Old rubbish dumps are cool, remember when you, bigloada, me and me mate were looking for that s.o.e. auxilery bunker a few months ago, well before we met you we found a dump near where we were looking, there was earthenware bottles clay pipes and all sorts liying about, you can get good money for old bottles there very collectable apparantly. Like the limekiln btw


----------



## Foxylady (Apr 21, 2008)

I really like that limekiln. Lovely old quarry in a great location. Sounds like my kind of place...sadly, too far for me to visit. Are there any other roman remains in the area as well as the road at all? I agree, old rubbish dumps are cool...used to root about in them when I was a kid.


----------



## King Al (Apr 21, 2008)

Great pics! really like that Kiln, Looks like you had a nice day out


----------



## Sabtr (Apr 21, 2008)

Thank you for all the comments.  There are loads of quarry type thingys like this and one day I think I'll manage to cover them all!
Foxylady - this site is a few miles north of hadrians wall and also near to Dere Street (another roman road). Most of the Roman stuff lies around hadrians wall but to be honest it isn't my cup of tea! I would much rather find all the little known stuff - I enjoy the research and the thrills of a find. Next time I am travelling along the military road (basically hadrians wall) I will catch a few snaps for you. It is still impressive to see the earth works which were associated with the wall. I also know of a field which Dere Street cuts through and you can see the raised road in the grass.


----------



## Foxylady (Apr 21, 2008)

Cheers, sausage.  I'm very much into Romano-Britain (it's sort of my specialist subject  ) and my dream holiday is to walk Hadrians Wall. I wondered if the site was anywhere nearby there.
Look forward to seeing the other quarries.


----------



## BigLoada (Apr 24, 2008)

Just noticed this thread now mate! But that pic of me is terrible, it really isnt showing my best side y'know! Anyway, thats class stuff man, I didnt really get any good photos though as I was too busy searching the dump for old poison bottles as usual.

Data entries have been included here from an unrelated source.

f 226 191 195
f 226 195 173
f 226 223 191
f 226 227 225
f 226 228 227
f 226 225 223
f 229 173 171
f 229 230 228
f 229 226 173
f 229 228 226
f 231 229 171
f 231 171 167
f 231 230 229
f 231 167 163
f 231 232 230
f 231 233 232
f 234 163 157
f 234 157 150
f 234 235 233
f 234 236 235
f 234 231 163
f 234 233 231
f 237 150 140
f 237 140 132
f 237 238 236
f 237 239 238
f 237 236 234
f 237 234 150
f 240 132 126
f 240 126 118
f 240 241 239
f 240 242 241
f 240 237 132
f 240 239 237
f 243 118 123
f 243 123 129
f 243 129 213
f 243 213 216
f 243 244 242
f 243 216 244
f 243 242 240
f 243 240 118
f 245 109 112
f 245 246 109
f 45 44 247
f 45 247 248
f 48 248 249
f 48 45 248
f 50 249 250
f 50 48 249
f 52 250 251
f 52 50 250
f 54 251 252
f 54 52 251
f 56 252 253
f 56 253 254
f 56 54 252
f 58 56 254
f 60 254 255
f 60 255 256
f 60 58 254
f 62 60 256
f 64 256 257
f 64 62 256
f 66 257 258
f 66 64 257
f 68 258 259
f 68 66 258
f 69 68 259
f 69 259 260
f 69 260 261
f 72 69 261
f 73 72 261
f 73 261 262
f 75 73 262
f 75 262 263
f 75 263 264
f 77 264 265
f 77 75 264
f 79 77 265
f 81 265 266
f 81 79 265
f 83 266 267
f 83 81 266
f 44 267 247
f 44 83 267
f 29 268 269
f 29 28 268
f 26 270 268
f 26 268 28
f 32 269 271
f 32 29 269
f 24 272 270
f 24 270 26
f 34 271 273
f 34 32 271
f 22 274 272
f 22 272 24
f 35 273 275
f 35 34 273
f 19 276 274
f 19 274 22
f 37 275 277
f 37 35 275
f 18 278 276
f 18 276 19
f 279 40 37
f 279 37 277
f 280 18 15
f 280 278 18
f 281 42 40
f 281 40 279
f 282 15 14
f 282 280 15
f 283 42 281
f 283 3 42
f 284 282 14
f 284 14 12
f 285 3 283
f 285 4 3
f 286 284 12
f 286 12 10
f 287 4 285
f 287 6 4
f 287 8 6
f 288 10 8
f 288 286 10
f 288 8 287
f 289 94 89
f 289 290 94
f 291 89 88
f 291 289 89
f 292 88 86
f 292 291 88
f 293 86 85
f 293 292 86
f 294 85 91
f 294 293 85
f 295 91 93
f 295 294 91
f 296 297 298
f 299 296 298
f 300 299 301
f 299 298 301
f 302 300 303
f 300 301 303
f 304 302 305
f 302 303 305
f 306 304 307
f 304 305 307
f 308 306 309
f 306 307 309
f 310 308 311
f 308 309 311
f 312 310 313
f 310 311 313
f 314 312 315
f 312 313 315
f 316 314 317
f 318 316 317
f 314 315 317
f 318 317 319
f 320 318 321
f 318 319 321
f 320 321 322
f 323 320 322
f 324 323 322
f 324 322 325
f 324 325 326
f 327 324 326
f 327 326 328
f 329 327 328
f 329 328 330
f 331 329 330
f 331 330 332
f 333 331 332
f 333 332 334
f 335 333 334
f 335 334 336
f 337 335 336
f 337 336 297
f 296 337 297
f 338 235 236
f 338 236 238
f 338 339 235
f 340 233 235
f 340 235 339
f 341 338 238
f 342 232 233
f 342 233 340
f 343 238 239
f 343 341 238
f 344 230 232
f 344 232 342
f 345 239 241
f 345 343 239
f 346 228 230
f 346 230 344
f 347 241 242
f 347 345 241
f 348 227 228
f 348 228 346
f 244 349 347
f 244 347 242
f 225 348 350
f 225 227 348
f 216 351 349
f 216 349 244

Foxy, there are hundreds of old quarries and mines here especially in South Northumberland and around the wall area. The Explorer series OS maps are great for that kind of thing


----------



## the|td4 (Apr 26, 2008)

BigLoada said:


> Just noticed this thread now mate! But that pic of me is terrible, it really isnt showing my best side y'know! Anyway, thats class stuff man, I didnt really get any good photos though as I was too busy searching the dump for old poison bottles as usual.
> 
> Foxy, there are hundreds of old quarries and mines here especially in South Northumberland and around the wall area. The Explorer series OS maps are great for that kind of thing



LOL 

I was in Hexham yesterday so I drove home via this little gem and had a poke around... I found treasure in the form of a long lost marble  ( I like that sort of thing ). 

BigLoada - Ah the illusive coffin bottle. I too, will find one one day ! 

Did anyone else notice the ladders in one of the kilns ?


----------



## BigLoada (Apr 26, 2008)

the|td4 said:


> LOL
> 
> I was in Hexham yesterday so I drove home via this little gem and had a poke around... I found treasure in the form of a long lost marble  ( I like that sort of thing ).
> 
> ...



Yes the ladders! I wondered about that too. They were pretty ancient and wondered if they could from the days when the kiln operated.

As for bottles, I have a few poison ones but not a blues one yet!


----------



## Sabtr (Apr 26, 2008)

The ladders were odd - they didn't reach the top by about 6 feet so what use they were I don't know! TD4 - did you see the BBC milk jug thing in the quarry dump? Again another oddity but then again just along the road is Stagshaw Bank transmitter so maybe it came from there?


----------



## the|td4 (Apr 28, 2008)

Haha yes I saw that BBC milk jug, it gave me pause for thought indeed ! 

I did remark to myself about the proximity of the transmitter site but at the time I didn't make any connection between it and the bbc jug. Hell of a colour isn't it.

I'm sure that little rubbish dump could yield some interesting finds but I think I've already got enough old bottles to last me a lifetime. I only bother picking up stuff I'd hate to see get destroyed or lost forever, profit isn't the idea, preserving the past is.

... (of course if I find a marble then that's another story, I must and shall have more!)


----------



## Wile-E (Apr 29, 2008)

Foxylady said:


> Are there any other roman remains in the area as well as the road at all?



I've got some pics from a few of the EH roman sites, I'll have a dig through photobucket this morning and post some for you.


----------



## Foxylady (Apr 29, 2008)

Wile-E said:


> I've got some pics from a few of the EH roman sites, I'll have a dig through photobucket this morning and post some for you.



Ooooooh, excellent! Cheers, Wile-E.


----------